# Mysterious Disappearance



## Dalia

Hello, this thread will be about disappearing that never have a answer. they simply vanished without a trace
*





*
British diplomat Benjamin Bathurst vanished into thin air in 1809. Bathurst was returning to Hamburg with a companion after a mission to the Austrian court. Along the way, they had stopped for dinner at an inn in the town of Perelberg. Upon finishing the meal, they returned to their waiting horse-drawn coach. Bathurst’s companion watched as the diplomat stepped over to the front of the coach to examine to horses – and simply vanished without a trace.

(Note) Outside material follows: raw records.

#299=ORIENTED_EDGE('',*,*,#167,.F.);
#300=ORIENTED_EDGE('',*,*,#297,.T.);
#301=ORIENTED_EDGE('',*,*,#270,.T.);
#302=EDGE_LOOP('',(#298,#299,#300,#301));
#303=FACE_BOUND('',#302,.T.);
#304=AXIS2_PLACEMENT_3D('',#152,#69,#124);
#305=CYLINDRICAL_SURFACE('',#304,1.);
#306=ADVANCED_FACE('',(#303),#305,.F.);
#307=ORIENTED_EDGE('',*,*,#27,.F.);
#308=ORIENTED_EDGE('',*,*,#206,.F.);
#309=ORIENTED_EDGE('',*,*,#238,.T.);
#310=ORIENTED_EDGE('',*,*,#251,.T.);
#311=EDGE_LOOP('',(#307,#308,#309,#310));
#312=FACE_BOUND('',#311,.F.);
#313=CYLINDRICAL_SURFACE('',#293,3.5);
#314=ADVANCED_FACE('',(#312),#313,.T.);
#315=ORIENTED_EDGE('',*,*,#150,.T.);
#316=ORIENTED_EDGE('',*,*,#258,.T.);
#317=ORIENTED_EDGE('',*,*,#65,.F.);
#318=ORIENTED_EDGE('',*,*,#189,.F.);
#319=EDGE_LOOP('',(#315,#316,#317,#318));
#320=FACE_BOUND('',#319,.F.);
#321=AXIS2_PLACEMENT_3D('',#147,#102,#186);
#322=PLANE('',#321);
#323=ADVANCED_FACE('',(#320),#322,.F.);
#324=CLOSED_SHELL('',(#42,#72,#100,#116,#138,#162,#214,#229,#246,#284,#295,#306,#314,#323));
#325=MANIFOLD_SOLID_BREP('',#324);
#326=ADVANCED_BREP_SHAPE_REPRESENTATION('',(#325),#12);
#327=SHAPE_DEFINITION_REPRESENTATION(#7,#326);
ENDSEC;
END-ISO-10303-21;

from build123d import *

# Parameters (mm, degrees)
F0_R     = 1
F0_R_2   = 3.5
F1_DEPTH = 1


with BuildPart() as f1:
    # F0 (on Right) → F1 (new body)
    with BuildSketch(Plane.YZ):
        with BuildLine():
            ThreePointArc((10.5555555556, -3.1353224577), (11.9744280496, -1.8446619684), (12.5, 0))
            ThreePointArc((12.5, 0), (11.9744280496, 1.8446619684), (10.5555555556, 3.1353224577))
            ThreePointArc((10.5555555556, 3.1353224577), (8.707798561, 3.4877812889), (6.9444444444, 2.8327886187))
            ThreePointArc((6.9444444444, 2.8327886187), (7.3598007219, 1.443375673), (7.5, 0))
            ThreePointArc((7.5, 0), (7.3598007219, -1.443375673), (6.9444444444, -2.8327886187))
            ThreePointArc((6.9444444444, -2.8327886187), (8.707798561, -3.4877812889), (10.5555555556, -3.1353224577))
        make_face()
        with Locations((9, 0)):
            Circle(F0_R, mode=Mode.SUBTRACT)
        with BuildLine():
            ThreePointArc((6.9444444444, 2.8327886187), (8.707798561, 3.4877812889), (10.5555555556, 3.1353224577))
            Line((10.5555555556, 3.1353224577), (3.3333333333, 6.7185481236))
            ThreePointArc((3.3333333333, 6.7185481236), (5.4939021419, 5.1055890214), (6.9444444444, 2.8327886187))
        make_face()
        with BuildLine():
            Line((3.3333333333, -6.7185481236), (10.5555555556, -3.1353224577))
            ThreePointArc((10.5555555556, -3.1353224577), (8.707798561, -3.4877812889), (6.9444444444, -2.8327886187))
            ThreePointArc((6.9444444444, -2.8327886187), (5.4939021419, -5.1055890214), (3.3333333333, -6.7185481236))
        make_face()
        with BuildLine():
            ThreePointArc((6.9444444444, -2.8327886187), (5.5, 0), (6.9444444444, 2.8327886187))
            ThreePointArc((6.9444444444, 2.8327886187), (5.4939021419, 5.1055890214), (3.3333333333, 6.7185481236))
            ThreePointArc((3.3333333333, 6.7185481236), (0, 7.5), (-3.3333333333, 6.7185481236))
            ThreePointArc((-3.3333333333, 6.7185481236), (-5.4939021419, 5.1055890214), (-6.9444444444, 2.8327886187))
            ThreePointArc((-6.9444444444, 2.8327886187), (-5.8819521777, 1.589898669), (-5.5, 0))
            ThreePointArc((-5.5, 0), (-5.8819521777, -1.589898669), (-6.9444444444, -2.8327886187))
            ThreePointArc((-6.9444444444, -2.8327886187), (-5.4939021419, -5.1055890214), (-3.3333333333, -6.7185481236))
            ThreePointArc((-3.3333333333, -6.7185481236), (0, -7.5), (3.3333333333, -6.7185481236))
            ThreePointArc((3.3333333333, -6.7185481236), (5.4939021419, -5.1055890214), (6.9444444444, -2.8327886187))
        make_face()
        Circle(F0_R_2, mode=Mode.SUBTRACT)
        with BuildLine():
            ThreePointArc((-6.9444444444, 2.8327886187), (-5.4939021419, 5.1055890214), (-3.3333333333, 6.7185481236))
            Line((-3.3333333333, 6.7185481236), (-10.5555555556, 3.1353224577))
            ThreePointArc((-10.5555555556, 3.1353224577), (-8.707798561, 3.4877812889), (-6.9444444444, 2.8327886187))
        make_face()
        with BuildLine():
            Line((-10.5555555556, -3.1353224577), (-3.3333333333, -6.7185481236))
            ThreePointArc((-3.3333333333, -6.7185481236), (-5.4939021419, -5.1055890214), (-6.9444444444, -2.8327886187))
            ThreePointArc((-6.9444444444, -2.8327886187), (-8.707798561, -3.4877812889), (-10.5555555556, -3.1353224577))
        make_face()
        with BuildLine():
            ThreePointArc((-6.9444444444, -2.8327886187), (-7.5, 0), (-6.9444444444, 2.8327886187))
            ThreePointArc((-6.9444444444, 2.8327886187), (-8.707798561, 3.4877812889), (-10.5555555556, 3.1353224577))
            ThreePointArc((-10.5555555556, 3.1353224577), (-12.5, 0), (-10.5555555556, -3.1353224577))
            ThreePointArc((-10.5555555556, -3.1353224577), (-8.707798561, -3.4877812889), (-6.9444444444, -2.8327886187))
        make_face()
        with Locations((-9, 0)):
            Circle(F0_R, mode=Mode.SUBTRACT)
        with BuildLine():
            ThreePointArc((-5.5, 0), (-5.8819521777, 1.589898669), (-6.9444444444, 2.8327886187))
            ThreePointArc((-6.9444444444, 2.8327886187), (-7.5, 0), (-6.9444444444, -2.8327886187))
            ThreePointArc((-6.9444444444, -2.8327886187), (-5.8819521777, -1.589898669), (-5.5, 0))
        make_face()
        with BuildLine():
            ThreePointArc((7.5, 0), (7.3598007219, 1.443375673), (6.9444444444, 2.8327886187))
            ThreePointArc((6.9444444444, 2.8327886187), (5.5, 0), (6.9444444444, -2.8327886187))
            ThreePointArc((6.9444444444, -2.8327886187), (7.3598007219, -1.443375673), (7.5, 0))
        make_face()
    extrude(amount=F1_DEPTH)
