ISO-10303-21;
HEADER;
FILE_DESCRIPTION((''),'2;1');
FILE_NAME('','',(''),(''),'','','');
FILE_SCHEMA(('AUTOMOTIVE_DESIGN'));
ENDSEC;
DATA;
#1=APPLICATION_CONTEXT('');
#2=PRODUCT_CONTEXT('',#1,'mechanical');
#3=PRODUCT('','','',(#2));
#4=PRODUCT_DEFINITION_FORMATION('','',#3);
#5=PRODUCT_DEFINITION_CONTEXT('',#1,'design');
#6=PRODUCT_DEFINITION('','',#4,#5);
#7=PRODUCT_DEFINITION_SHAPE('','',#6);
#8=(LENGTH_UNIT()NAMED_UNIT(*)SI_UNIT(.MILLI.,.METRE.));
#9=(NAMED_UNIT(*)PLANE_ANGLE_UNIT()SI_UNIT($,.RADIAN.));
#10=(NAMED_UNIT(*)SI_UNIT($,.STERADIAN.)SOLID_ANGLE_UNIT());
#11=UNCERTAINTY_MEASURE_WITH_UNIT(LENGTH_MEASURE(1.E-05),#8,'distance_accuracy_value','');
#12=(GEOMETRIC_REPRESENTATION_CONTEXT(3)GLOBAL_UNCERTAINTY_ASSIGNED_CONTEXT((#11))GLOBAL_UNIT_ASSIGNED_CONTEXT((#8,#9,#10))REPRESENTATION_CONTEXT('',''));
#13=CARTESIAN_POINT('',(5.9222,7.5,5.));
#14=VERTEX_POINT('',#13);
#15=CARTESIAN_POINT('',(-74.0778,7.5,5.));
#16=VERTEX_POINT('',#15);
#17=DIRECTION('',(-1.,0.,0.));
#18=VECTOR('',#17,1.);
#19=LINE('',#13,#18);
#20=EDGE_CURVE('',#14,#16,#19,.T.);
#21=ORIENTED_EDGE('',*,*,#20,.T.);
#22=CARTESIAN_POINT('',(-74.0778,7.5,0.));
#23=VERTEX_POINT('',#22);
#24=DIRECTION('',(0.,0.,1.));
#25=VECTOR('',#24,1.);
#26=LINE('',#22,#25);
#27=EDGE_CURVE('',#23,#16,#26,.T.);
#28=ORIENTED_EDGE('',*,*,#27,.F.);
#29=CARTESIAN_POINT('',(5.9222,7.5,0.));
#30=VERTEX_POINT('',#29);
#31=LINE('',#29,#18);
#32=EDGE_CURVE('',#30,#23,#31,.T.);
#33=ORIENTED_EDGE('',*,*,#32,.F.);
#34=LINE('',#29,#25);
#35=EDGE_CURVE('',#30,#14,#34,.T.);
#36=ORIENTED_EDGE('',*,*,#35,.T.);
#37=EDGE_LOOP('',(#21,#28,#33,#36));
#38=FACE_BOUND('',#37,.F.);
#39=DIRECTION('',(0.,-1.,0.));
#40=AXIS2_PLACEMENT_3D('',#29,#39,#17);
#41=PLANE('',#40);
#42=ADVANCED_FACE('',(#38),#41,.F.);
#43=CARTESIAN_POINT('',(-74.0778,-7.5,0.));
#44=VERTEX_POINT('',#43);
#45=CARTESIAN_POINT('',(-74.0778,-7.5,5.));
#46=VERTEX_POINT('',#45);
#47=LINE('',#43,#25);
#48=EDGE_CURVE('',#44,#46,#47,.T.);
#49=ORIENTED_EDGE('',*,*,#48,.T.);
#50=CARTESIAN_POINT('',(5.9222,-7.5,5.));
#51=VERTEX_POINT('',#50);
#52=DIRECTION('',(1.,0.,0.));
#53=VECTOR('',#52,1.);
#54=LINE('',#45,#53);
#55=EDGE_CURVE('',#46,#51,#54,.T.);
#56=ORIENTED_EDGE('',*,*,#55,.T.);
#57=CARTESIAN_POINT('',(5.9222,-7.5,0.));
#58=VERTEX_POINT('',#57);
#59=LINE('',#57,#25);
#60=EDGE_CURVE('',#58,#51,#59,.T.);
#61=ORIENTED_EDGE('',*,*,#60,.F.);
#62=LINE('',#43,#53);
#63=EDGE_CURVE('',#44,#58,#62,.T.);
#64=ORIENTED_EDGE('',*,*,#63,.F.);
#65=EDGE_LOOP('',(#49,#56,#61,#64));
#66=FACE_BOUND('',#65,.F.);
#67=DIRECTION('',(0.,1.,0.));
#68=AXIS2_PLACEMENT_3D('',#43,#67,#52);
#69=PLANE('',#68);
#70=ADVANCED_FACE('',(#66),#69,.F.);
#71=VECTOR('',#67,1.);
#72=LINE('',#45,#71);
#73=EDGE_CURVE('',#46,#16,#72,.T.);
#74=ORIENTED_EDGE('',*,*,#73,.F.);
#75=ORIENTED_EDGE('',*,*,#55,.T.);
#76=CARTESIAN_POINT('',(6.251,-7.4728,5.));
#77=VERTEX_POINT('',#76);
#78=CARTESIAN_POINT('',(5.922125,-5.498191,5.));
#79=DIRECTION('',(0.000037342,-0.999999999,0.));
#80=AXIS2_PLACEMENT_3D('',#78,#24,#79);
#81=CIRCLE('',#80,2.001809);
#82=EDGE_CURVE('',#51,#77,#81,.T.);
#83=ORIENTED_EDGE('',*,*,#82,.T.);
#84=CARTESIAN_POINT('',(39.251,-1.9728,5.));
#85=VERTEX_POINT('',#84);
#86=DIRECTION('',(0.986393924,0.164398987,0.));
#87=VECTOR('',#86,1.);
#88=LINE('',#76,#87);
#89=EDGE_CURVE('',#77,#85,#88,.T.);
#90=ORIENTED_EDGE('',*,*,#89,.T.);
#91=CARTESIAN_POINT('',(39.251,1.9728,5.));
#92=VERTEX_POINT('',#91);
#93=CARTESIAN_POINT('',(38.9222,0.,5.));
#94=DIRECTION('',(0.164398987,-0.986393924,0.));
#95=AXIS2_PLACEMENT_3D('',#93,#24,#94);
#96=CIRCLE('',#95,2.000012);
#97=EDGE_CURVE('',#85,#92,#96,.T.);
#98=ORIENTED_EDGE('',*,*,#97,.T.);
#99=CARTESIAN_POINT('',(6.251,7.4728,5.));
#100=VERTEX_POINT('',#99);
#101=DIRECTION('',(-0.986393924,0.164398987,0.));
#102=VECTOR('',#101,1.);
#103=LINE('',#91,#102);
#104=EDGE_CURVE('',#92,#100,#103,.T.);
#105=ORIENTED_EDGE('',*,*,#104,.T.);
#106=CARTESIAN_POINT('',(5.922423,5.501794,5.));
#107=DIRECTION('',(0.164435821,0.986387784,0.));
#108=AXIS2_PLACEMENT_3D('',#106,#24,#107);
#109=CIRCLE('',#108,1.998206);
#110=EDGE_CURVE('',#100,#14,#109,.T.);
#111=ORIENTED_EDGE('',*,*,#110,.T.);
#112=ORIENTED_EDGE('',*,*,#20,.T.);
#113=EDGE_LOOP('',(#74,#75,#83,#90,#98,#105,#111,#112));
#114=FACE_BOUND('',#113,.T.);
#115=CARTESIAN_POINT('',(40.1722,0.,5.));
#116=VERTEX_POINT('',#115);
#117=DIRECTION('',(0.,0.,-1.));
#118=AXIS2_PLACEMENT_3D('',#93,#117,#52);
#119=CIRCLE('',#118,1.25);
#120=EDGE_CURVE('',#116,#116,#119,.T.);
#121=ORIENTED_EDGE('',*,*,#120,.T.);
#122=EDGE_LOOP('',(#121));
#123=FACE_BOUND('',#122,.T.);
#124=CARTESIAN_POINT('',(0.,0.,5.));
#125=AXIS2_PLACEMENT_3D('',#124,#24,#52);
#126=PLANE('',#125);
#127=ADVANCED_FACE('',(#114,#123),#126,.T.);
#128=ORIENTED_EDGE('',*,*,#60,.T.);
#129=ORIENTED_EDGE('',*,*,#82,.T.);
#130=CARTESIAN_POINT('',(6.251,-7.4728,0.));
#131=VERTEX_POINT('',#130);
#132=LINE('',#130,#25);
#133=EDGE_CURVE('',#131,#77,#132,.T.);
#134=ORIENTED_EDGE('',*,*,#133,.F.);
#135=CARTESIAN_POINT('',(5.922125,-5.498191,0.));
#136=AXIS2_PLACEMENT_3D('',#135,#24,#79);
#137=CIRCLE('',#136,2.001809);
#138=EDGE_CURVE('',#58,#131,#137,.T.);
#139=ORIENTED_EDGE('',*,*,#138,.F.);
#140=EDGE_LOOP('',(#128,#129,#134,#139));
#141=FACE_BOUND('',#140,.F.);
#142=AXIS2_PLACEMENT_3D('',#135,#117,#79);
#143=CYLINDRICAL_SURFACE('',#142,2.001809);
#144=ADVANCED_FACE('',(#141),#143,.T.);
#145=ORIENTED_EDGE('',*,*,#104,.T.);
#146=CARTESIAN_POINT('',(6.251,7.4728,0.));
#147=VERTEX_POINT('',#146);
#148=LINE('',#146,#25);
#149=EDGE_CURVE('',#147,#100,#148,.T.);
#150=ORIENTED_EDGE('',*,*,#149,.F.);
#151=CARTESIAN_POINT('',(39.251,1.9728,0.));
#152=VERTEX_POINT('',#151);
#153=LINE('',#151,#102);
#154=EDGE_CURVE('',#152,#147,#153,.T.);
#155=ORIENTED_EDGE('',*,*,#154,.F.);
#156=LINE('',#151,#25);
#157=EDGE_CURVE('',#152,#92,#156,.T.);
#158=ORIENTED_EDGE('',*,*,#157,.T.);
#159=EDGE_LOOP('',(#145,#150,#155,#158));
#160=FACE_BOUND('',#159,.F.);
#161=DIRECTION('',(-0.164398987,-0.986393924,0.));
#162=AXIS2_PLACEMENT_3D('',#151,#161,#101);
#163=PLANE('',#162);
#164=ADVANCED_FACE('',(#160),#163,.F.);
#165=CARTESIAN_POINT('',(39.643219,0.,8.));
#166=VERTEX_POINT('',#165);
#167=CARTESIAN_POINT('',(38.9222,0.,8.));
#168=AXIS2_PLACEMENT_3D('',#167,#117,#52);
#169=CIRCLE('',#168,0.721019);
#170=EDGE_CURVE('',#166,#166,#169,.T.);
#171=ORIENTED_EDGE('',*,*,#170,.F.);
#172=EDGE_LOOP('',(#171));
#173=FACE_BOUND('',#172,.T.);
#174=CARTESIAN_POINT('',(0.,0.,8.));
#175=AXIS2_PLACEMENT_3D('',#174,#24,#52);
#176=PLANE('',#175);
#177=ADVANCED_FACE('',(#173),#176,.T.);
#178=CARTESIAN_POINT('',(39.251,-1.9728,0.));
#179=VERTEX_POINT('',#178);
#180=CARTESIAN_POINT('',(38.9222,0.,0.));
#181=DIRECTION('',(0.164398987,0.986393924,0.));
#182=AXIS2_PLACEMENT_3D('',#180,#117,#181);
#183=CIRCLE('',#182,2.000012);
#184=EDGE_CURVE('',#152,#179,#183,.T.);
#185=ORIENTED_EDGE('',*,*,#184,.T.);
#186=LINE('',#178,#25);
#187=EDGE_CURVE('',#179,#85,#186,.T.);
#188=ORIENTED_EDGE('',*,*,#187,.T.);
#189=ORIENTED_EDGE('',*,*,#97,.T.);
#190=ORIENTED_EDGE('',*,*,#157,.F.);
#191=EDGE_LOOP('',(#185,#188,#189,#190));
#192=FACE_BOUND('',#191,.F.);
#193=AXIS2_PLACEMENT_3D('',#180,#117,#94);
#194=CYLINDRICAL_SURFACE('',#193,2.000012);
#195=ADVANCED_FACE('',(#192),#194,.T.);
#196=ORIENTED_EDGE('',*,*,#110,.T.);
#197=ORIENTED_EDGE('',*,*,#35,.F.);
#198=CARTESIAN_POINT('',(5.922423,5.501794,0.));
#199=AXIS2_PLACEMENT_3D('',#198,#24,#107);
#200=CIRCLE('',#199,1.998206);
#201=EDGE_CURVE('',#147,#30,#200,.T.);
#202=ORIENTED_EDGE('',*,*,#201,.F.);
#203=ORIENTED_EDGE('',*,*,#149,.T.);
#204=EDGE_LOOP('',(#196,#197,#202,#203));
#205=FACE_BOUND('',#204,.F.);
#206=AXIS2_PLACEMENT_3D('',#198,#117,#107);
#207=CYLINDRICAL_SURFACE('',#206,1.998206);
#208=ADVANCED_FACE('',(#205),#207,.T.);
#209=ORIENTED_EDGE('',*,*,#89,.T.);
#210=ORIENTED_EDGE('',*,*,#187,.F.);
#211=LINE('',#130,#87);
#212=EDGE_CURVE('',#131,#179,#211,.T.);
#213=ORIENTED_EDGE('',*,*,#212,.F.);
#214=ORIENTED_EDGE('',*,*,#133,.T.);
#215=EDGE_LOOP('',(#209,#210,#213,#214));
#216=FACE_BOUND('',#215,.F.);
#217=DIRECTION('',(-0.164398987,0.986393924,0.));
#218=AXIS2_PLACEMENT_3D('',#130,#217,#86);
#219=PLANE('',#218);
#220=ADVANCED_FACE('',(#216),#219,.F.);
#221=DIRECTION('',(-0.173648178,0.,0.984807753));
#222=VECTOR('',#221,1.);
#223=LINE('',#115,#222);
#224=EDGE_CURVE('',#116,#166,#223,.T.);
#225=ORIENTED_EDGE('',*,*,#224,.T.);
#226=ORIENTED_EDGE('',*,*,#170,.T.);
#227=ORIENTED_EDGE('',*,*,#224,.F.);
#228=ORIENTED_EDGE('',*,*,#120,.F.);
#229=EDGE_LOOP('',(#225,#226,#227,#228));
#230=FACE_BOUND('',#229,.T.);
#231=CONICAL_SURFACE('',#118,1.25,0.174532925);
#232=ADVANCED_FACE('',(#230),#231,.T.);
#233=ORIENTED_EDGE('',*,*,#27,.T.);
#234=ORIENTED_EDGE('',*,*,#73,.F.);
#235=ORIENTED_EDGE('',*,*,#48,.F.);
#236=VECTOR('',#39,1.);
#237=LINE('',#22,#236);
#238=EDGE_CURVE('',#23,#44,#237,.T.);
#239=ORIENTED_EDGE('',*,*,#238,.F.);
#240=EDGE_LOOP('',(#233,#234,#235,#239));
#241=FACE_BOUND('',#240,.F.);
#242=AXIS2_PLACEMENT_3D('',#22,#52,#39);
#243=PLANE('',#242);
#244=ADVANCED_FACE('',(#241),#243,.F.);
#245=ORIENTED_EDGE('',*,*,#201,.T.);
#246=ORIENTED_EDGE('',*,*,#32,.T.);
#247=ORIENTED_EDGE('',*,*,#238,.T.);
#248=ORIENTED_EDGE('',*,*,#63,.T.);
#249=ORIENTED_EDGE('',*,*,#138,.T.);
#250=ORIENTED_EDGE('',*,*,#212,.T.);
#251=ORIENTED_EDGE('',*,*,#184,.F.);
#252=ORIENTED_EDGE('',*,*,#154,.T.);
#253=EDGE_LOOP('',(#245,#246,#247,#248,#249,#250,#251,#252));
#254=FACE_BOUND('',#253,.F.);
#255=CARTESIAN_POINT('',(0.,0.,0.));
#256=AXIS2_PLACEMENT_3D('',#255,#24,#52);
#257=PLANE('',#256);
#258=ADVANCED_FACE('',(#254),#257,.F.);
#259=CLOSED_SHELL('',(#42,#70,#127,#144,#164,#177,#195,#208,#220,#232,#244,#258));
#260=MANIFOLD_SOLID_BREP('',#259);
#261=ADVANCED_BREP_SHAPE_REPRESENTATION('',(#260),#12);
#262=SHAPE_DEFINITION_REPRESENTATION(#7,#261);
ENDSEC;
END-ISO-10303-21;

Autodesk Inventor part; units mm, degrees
ref_plane "YZ Plane" through (0, 0, 0) normal (1, 0, 0) x (0, 1, 0)
ref_plane "XZ Plane" through (0, 0, 0) normal (0, 1, 0) x (-1, 0, 0)
ref_plane "XY Plane" through (0, 0, 0) normal (0, 0, 1) x (1, 0, 0)
sketch "Skizze1" plane through (0, 0, 0) normal (0, 0, 1) x (1, 0, 0)
  line L0 (-74.0778, 7.5) -> (-74.0778, -7.5)
  line L1 (-74.0778, -7.5) -> (5.9222, -7.5)
  line L2 (6.251, -7.4728) -> (39.251, -1.9728)
  line L3 (39.251, 1.9728) -> (6.251, 7.4728)
  line L4 (5.9222, 7.5) -> (-74.0778, 7.5)
  arc A0 (6.251, 7.4728) -> (5.9222, 7.5) centre (5.9222, 5.5) ccw
  arc A1 (5.9222, -7.5) -> (6.251, -7.4728) centre (5.9222, -5.5) ccw
  arc A2 (39.251, -1.9728) -> (39.251, 1.9728) centre (38.9222, 0) ccw
  line L5 (-97.0778, 0) -> (63.9222, 0) projected
  point P0 (0, 0)
  dimension "d0" = 2
  dimension "d1" = 2
  dimension "d2" = 115
  dimension "d3" = 80
  dimension "d9" = 15
extrude "Extrusion1" add sketch "Skizze1" along normal blind 5
sketch "Skizze2" plane through (0, 0, 5) normal (0, 0, 1) x (1, 0, 0)
  arc A0 (39.251, -1.9728) -> (39.251, 1.9728) centre (38.9222, 0) ccw projected
  circle A1 centre (38.9222, 0) radius 1.25
  point P0 (0, 0)
  dimension "d6" = 2.5
extrude "Extrusion2" add sketch "Skizze2" along normal blind 3 draft -10
properties part number "Sensor"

Benjamin Bathurst (diplomat) - Wikipedia


----------



## strollingbones

ah  the disappearance in national forest....the unaccounted for basically


----------



## Dalia

Yes ,strollingbones i give a link : 10 Mysterious Disappearances in National Parks


----------



## Jimmy_Chitwood

Dalia said:


> Yes ,strollingbones i give a link : 10 Mysterious Disappearances in National Parks




Everybody please stay out of the woods until further noticed.


----------



## Dalia

*Mysterious Disappearance at the Lincoln Tunnel*






Lincoln Tunnel, 1955




Lincoln tunnel

Jackson Wright and wife Martha, was driving from New Jersey to New York City passing through the Lincoln Tunnel in 1975. Jackson Wright stated that while inside the tunnel, he pulled over their car to clean and wipe the car’s windshield which became blurred from condensation. Jackson wiped the front windshield while his wife went to back side of the car to helped wipe the back windshield. When Jackson Wright, turned around, ho found out his wife was gone and mysteriously disappeared, Jackson claimed he never heard or saw unusual things that would take place for Martha’s disappearance, thus, police investigations could not find any evidence linking to the strange disappearance of Martha Jackson. The Lincoln Tunnel, nowadays,  is considered to be one of the most high-risk terrorist target sites in the United States, because of frequent robbery hide away route. Other sites in New Jersey include the Holland Tunnel and PATH station at the Exchange Place, and the Port of Newark in Elizabeth, found in Jersey City.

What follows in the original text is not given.